Germany just posted its worst Q2 bankruptcy numbers in 21 years
Germany recorded 4,996 corporate insolvencies in the second quarter (companies going bankrupt) according to the Halle Institute for Economic Research (IWH), a leading German economic institute. That's up 9 percent from the previous quarter and the highest second-quarter number since 2005. The failures cut across construction, real estate, trade, hospitality, and services, and touched roughly 45,500 jobs -- more than the 2005 peak did. The institute's early-warning indicators are still running above last year's levels, and its researchers expect the third quarter to be even worse.
Most multinationals are still describing Europe to investors as a "challenging environment" or "softening macro conditions." If your company updated that language recently, or barely operates in Germany, you may be fine. If nobody's touched your European talking points since the spring, they might be understating things. The companies going under are mostly small and mid-sized firms -- the suppliers, sub-contractors, and local service providers that sit underneath big companies' European operations.
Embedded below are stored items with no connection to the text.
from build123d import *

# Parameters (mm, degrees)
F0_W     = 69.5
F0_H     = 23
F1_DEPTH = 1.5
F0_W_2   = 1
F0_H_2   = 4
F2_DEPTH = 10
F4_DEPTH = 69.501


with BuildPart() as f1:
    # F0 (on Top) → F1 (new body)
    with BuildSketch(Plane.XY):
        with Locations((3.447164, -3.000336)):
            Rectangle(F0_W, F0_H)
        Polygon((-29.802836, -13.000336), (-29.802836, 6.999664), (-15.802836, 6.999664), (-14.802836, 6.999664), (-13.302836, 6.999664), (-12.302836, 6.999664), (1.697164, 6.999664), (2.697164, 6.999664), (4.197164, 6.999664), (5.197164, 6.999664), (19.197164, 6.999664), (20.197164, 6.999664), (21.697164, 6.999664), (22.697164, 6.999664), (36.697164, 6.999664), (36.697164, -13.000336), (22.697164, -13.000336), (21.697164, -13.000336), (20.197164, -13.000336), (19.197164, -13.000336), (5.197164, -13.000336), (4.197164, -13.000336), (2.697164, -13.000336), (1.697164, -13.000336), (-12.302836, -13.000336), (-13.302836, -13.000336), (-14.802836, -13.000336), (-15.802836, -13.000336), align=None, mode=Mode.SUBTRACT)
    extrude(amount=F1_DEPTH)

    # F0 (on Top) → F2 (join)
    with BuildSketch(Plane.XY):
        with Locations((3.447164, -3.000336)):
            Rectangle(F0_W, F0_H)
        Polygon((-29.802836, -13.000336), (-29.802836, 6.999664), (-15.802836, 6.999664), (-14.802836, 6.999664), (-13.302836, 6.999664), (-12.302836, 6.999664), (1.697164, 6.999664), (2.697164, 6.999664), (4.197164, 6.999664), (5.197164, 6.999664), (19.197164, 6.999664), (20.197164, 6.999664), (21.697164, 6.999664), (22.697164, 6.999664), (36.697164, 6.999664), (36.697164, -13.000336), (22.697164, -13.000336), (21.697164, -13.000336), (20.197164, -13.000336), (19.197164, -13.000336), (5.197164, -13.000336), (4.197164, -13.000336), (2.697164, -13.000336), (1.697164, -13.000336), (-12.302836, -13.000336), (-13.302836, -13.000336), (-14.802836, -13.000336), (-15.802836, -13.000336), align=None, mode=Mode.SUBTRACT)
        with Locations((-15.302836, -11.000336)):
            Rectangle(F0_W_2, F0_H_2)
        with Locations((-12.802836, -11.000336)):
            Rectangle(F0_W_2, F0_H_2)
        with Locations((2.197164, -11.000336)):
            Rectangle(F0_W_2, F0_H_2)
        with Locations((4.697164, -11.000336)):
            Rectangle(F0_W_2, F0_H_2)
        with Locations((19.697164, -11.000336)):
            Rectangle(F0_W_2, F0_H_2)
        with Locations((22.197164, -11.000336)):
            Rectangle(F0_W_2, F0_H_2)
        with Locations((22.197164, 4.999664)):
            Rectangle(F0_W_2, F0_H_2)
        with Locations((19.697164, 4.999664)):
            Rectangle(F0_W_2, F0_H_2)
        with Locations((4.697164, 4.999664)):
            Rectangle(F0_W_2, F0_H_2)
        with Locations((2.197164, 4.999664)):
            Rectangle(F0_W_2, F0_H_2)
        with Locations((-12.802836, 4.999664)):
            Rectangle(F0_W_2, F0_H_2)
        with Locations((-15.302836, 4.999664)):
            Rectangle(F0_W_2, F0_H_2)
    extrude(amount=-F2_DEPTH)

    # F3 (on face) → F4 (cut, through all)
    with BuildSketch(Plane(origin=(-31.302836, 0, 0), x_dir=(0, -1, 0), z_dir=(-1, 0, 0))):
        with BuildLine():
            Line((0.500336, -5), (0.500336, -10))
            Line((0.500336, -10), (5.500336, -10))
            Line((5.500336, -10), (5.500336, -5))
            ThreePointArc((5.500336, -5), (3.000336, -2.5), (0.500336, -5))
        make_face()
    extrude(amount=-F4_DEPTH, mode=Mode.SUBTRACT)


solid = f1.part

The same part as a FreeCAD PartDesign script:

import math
import FreeCAD as App
import Part
import Sketcher
Q = App.Units.Quantity


def add_polygon(sketch, points):
    """Adds a closed chain of lines whose ends are joined by coincident constraints."""
    first, n = sketch.GeometryCount, len(points)
    for a, b in zip(points, points[1:] + points[:1]):
        sketch.addGeometry(Part.LineSegment(App.Vector(*a, 0), App.Vector(*b, 0)), False)
    for i in range(n):
        sketch.addConstraint(Sketcher.Constraint("Coincident", first + i, 2, first + (i + 1) % n, 1))

doc = App.newDocument("Part")
params = doc.addObject("Spreadsheet::Sheet", "Params")
for row, (alias, value) in enumerate([
    ("sketch1_height", "23 mm"),
    ("sketch1_height2", "20 mm"),
    ("sketch1_width", "69.5 mm"),
    ("sketch1_width2", "66.5 mm"),
    ("pad1_length", "1.5 mm"),
    ("sketch2_width", "14 mm"),
    ("sketch2_width2", "1 mm"),
    ("sketch2_height", "23 mm"),
    ("sketch2_height2", "4 mm"),
    ("sketch2_height3", "20 mm"),
    ("pad2_length", "10 mm"),
    ("sketch3_radius", "2.5 mm"),
], start=1):
    params.set(f"A{row}", alias)
    params.set(f"B{row}", "=" + value)
    params.setAlias(f"B{row}", alias)

body = doc.addObject("PartDesign::Body", "Body")

sketch1 = doc.addObject("Sketcher::SketchObject", "Sketch")
body.addObject(sketch1)
sketch1.AttachmentSupport = (doc.XY_Plane, [""])
sketch1.MapMode = "FlatFace"
add_polygon(sketch1, [(-31, 8), (-31, -15), (38, -15), (38, 8)])
add_polygon(sketch1, [(37, -13), (-30, -13), (-30, 7), (37, 7)])
sketch1.addConstraint([
    Sketcher.Constraint("Vertical", 0),
    Sketcher.Constraint("Horizontal", 1),
    Sketcher.Constraint("Vertical", 2),
    Sketcher.Constraint("Horizontal", 3),
    Sketcher.Constraint("Horizontal", 4),
    Sketcher.Constraint("Vertical", 5),
    Sketcher.Constraint("Horizontal", 6),
    Sketcher.Constraint("Vertical", 7),
    Sketcher.Constraint("DistanceY", 0, 2, 0, 1, Q("23 mm")),
    Sketcher.Constraint("DistanceY", 5, 1, 5, 2, Q("20 mm")),
    Sketcher.Constraint("DistanceX", 1, 1, 1, 2, Q("69.5 mm")),
    Sketcher.Constraint("DistanceX", 4, 2, 4, 1, Q("66.5 mm")),
    Sketcher.Constraint("DistanceX", 4, 2, 1, 2, Q("68 mm")),
    Sketcher.Constraint("DistanceY", 0, 2, 4, 2, Q("1.5 mm")),
    Sketcher.Constraint("DistanceX", 0, 2, -1, 1, Q("31.302836 mm")),
    Sketcher.Constraint("DistanceY", 0, 2, -1, 1, Q("14.500336 mm")),
])
sketch1.setExpression("Constraints[16]", "Params.sketch1_height")
sketch1.setExpression("Constraints[17]", "Params.sketch1_height2")
sketch1.setExpression("Constraints[18]", "Params.sketch1_width")
sketch1.setExpression("Constraints[19]", "Params.sketch1_width2")
pad1 = doc.addObject("PartDesign::Pad", "Pad")
body.addObject(pad1)
pad1.Profile = sketch1
pad1.setExpression("Length", "Params.pad1_length")

sketch2 = doc.addObject("Sketcher::SketchObject", "Sketch001")
body.addObject(sketch2)
sketch2.AttachmentSupport = (doc.XY_Plane, [""])
sketch2.MapMode = "FlatFace"
add_polygon(sketch2, [(-31.3, 8.5), (-31.3, -14.5), (38.2, -14.5), (38.2, 8.5)])
add_polygon(sketch2, [(36.7, -13), (22.7, -13), (22.7, -9), (21.7, -9), (21.7, -13), (20.2, -13), (20.2, -9), (19.2, -9), (19.2, -13), (5.2, -13), (5.2, -9), (4.2, -9), (4.2, -13), (2.7, -13), (2.7, -9), (1.7, -9), (1.7, -13), (-12.3, -13), (-12.3, -9), (-13.3, -9), (-13.3, -13), (-14.8, -13), (-14.8, -9), (-15.8, -9), (-15.8, -13), (-29.8, -13), (-29.8, 7), (-15.8, 7), (-15.8, 3), (-14.8, 3), (-14.8, 7), (-13.3, 7), (-13.3, 3), (-12.3, 3), (-12.3, 7), (1.7, 7), (1.7, 3), (2.7, 3), (2.7, 7), (4.2, 7), (4.2, 3), (5.2, 3), (5.2, 7), (19.2, 7), (19.2, 3), (20.2, 3), (20.2, 7), (21.7, 7), (21.7, 3), (22.7, 3), (22.7, 7), (36.7, 7)])
sketch2.addConstraint([
    Sketcher.Constraint("Vertical", 0),
    Sketcher.Constraint("Horizontal", 1),
    Sketcher.Constraint("Vertical", 2),
    Sketcher.Constraint("Horizontal", 3),
    Sketcher.Constraint("Horizontal", 4),
    Sketcher.Constraint("Vertical", 5),
    Sketcher.Constraint("Horizontal", 6),
    Sketcher.Constraint("Vertical", 7),
    Sketcher.Constraint("Horizontal", 8),
    Sketcher.Constraint("Vertical", 9),
    Sketcher.Constraint("Horizontal", 10),
    Sketcher.Constraint("Vertical", 11),
    Sketcher.Constraint("Horizontal", 12),
    Sketcher.Constraint("Vertical", 13),
    Sketcher.Constraint("Horizontal", 14),
    Sketcher.Constraint("Vertical", 15),
    Sketcher.Constraint("Horizontal", 16),
    Sketcher.Constraint("Vertical", 17),
    Sketcher.Constraint("Horizontal", 18),
    Sketcher.Constraint("Vertical", 19),
    Sketcher.Constraint("Horizontal", 20),
    Sketcher.Constraint("Vertical", 21),
    Sketcher.Constraint("Horizontal", 22),
    Sketcher.Constraint("Vertical", 23),
    Sketcher.Constraint("Horizontal", 24),
    Sketcher.Constraint("Vertical", 25),
    Sketcher.Constraint("Horizontal", 26),
    Sketcher.Constraint("Vertical", 27),
    Sketcher.Constraint("Horizontal", 28),
    Sketcher.Constraint("Vertical", 29),
    Sketcher.Constraint("Horizontal", 30),
    Sketcher.Constraint("Vertical", 31),
    Sketcher.Constraint("Horizontal", 32),
    Sketcher.Constraint("Vertical", 33),
    Sketcher.Constraint("Horizontal", 34),
    Sketcher.Constraint("Vertical", 35),
    Sketcher.Constraint("Horizontal", 36),
    Sketcher.Constraint("Vertical", 37),
    Sketcher.Constraint("Horizontal", 38),
    Sketcher.Constraint("Vertical", 39),
    Sketcher.Constraint("Horizontal", 40),
    Sketcher.Constraint("Vertical", 41),
    Sketcher.Constraint("Horizontal", 42),
    Sketcher.Constraint("Vertical", 43),
    Sketcher.Constraint("Horizontal", 44),
    Sketcher.Constraint("Vertical", 45),
    Sketcher.Constraint("Horizontal", 46),
    Sketcher.Constraint("Vertical", 47),
    Sketcher.Constraint("Horizontal", 48),
    Sketcher.Constraint("Vertical", 49),
    Sketcher.Constraint("Horizontal", 50),
    Sketcher.Constraint("Vertical", 51),
    Sketcher.Constraint("Horizontal", 52),
    Sketcher.Constraint("Vertical", 53),
    Sketcher.Constraint("Horizontal", 54),
    Sketcher.Constraint("Vertical", 55),
    Sketcher.Constraint("Horizontal", 4, 2, 7, 2),
    Sketcher.Constraint("Horizontal", 6, 2, 9, 2),
    Sketcher.Constraint("Horizontal", 8, 2, 11, 2),
    Sketcher.Constraint("Horizontal", 10, 2, 13, 2),
    Sketcher.Constraint("Horizontal", 12, 2, 15, 2),
    Sketcher.Constraint("Horizontal", 14, 2, 17, 2),
    Sketcher.Constraint("Horizontal", 16, 2, 19, 2),
    Sketcher.Constraint("Horizontal", 18, 2, 21, 2),
    Sketcher.Constraint("Horizontal", 20, 2, 23, 2),
    Sketcher.Constraint("Horizontal", 22, 2, 25, 2),
    Sketcher.Constraint("Horizontal", 24, 2, 27, 2),
    Sketcher.Constraint("Horizontal", 30, 2, 33, 2),
    Sketcher.Constraint("Horizontal", 32, 2, 35, 2),
    Sketcher.Constraint("Horizontal", 34, 2, 37, 2),
    Sketcher.Constraint("Horizontal", 36, 2, 39, 2),
    Sketcher.Constraint("Horizontal", 38, 2, 41, 2),
    Sketcher.Constraint("Horizontal", 40, 2, 43, 2),
    Sketcher.Constraint("Horizontal", 42, 2, 45, 2),
    Sketcher.Constraint("Horizontal", 44, 2, 47, 2),
    Sketcher.Constraint("Horizontal", 46, 2, 49, 2),
    Sketcher.Constraint("Horizontal", 48, 2, 51, 2),
    Sketcher.Constraint("Horizontal", 50, 2, 53, 2),
    Sketcher.Constraint("Vertical", 27, 2, 30, 2),
    Sketcher.Constraint("Vertical", 25, 2, 32, 2),
    Sketcher.Constraint("Vertical", 23, 2, 34, 2),
    Sketcher.Constraint("Vertical", 21, 2, 36, 2),
    Sketcher.Constraint("Vertical", 19, 2, 38, 2),
    Sketcher.Constraint("Vertical", 17, 2, 40, 2),
    Sketcher.Constraint("Vertical", 15, 2, 42, 2),
    Sketcher.Constraint("Vertical", 13, 2, 44, 2),
    Sketcher.Constraint("Vertical", 11, 2, 46, 2),
    Sketcher.Constraint("Vertical", 9, 2, 48, 2),
    Sketcher.Constraint("Vertical", 7, 2, 50, 2),
    Sketcher.Constraint("Vertical", 5, 2, 52, 2),
    Sketcher.Constraint("Equal", 6, 10),
    Sketcher.Constraint("Equal", 4, 12),
    Sketcher.Constraint("Equal", 10, 14),
    Sketcher.Constraint("Equal", 8, 16),
    Sketcher.Constraint("Equal", 14, 18),
    Sketcher.Constraint("Equal", 12, 20),
    Sketcher.Constraint("Equal", 18, 22),
    Sketcher.Constraint("Equal", 16, 24),
    Sketcher.Constraint("Equal", 22, 26),
    Sketcher.Constraint("Equal", 20, 28),
    Sketcher.Constraint("Equal", 27, 31),
    Sketcher.Constraint("DistanceX", 4, 2, 4, 1, Q("14 mm")),
    Sketcher.Constraint("DistanceX", 6, 2, 6, 1, Q("1 mm")),
    Sketcher.Constraint("DistanceY", 0, 2, 0, 1, Q("23 mm")),
    Sketcher.Constraint("DistanceY", 5, 1, 5, 2, Q("4 mm")),
    Sketcher.Constraint("DistanceY", 29, 1, 29, 2, Q("20 mm")),
    Sketcher.Constraint("DistanceX", 1, 1, 1, 2, Q("69.5 mm")),
    Sketcher.Constraint("DistanceX", 8, 2, 8, 1, Q("1.5 mm")),
    Sketcher.Constraint("DistanceX", 0, 2, 4, 2, Q("54 mm")),
    Sketcher.Constraint("DistanceY", 1, 2, 4, 2, Q("1.5 mm")),
    Sketcher.Constraint("DistanceX", 0, 2, -1, 1, Q("31.302836 mm")),
    Sketcher.Constraint("DistanceY", 0, 2, -1, 1, Q("14.500336 mm")),
])
sketch2.setExpression("Constraints[157]", "Params.sketch2_width")
sketch2.setExpression("Constraints[158]", "Params.sketch2_width2")
sketch2.setExpression("Constraints[159]", "Params.sketch2_height")
sketch2.setExpression("Constraints[160]", "Params.sketch2_height2")
sketch2.setExpression("Constraints[161]", "Params.sketch2_height3")
pad2 = doc.addObject("PartDesign::Pad", "Pad001")
body.addObject(pad2)
pad2.Profile = sketch2
pad2.setExpression("Length", "Params.pad2_length")
pad2.Reversed = True

sketch3 = doc.addObject("Sketcher::SketchObject", "Sketch002")
body.addObject(sketch3)
sketch3.AttachmentSupport = (doc.YZ_Plane, [""])
sketch3.MapMode = "FlatFace"
sketch3.AttachmentOffset = App.Placement(App.Vector(0, 0, -31.302836), App.Rotation())
sketch3.addGeometry([
    Part.LineSegment(App.Vector(-0.5, -5, 0), App.Vector(-0.5, -10, 0)),
    Part.LineSegment(App.Vector(-0.5, -10, 0), App.Vector(-5.5, -10, 0)),
    Part.LineSegment(App.Vector(-5.5, -10, 0), App.Vector(-5.5, -5, 0)),
    Part.ArcOfCircle(Part.Circle(App.Vector(-3, -5, 0), App.Vector(0, 0, 1), 2.5), math.radians(0), math.radians(180)),
], False)
sketch3.addConstraint([
    Sketcher.Constraint("Coincident", 0, 2, 1, 1),
    Sketcher.Constraint("Coincident", 1, 2, 2, 1),
    Sketcher.Constraint("Tangent", 2, 2, 3, 2),
    Sketcher.Constraint("Tangent", 3, 1, 0, 1),
    Sketcher.Constraint("Vertical", 0),
    Sketcher.Constraint("Horizontal", 1),
    Sketcher.Constraint("Vertical", 2),
    Sketcher.Constraint("Equal", 1, 0),
    Sketcher.Constraint("Radius", 3, Q("2.5 mm")),
    Sketcher.Constraint("DistanceY", 3, 3, -1, 1, Q("5 mm")),
    Sketcher.Constraint("DistanceX", 3, 3, -1, 1, Q("3.000336 mm")),
])
sketch3.setExpression("Constraints[8]", "Params.sketch3_radius")
pocket1 = doc.addObject("PartDesign::Pocket", "Pocket")
body.addObject(pocket1)
pocket1.Profile = sketch3
pocket1.Type = "ThroughAll"
pocket1.Reversed = True

doc.recompute()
So their failures don't show up in your headline numbers until something breaks: a delivery gap, a replacement supplier that costs more, a disruption that takes a quarter to explain to investors. That conversation is much easier to have before it happens.
If you have meaningful presence in Germany, you may want to do a 30-minute sweep of the last several times your CEO or CFO publicly described or spoke to the market. Send those exact quotes to your European operations lead asking, "does this match what you're seeing from suppliers and customers on the ground?" If the answer is anything other than yes, I'd suggest you rewrite the Europe paragraph in your earnings prep materials now and add one line that shows the company is watching the same data everyone else is, something like "we're monitoring elevated supplier insolvencies in Germany and already have contingency sourcing in place."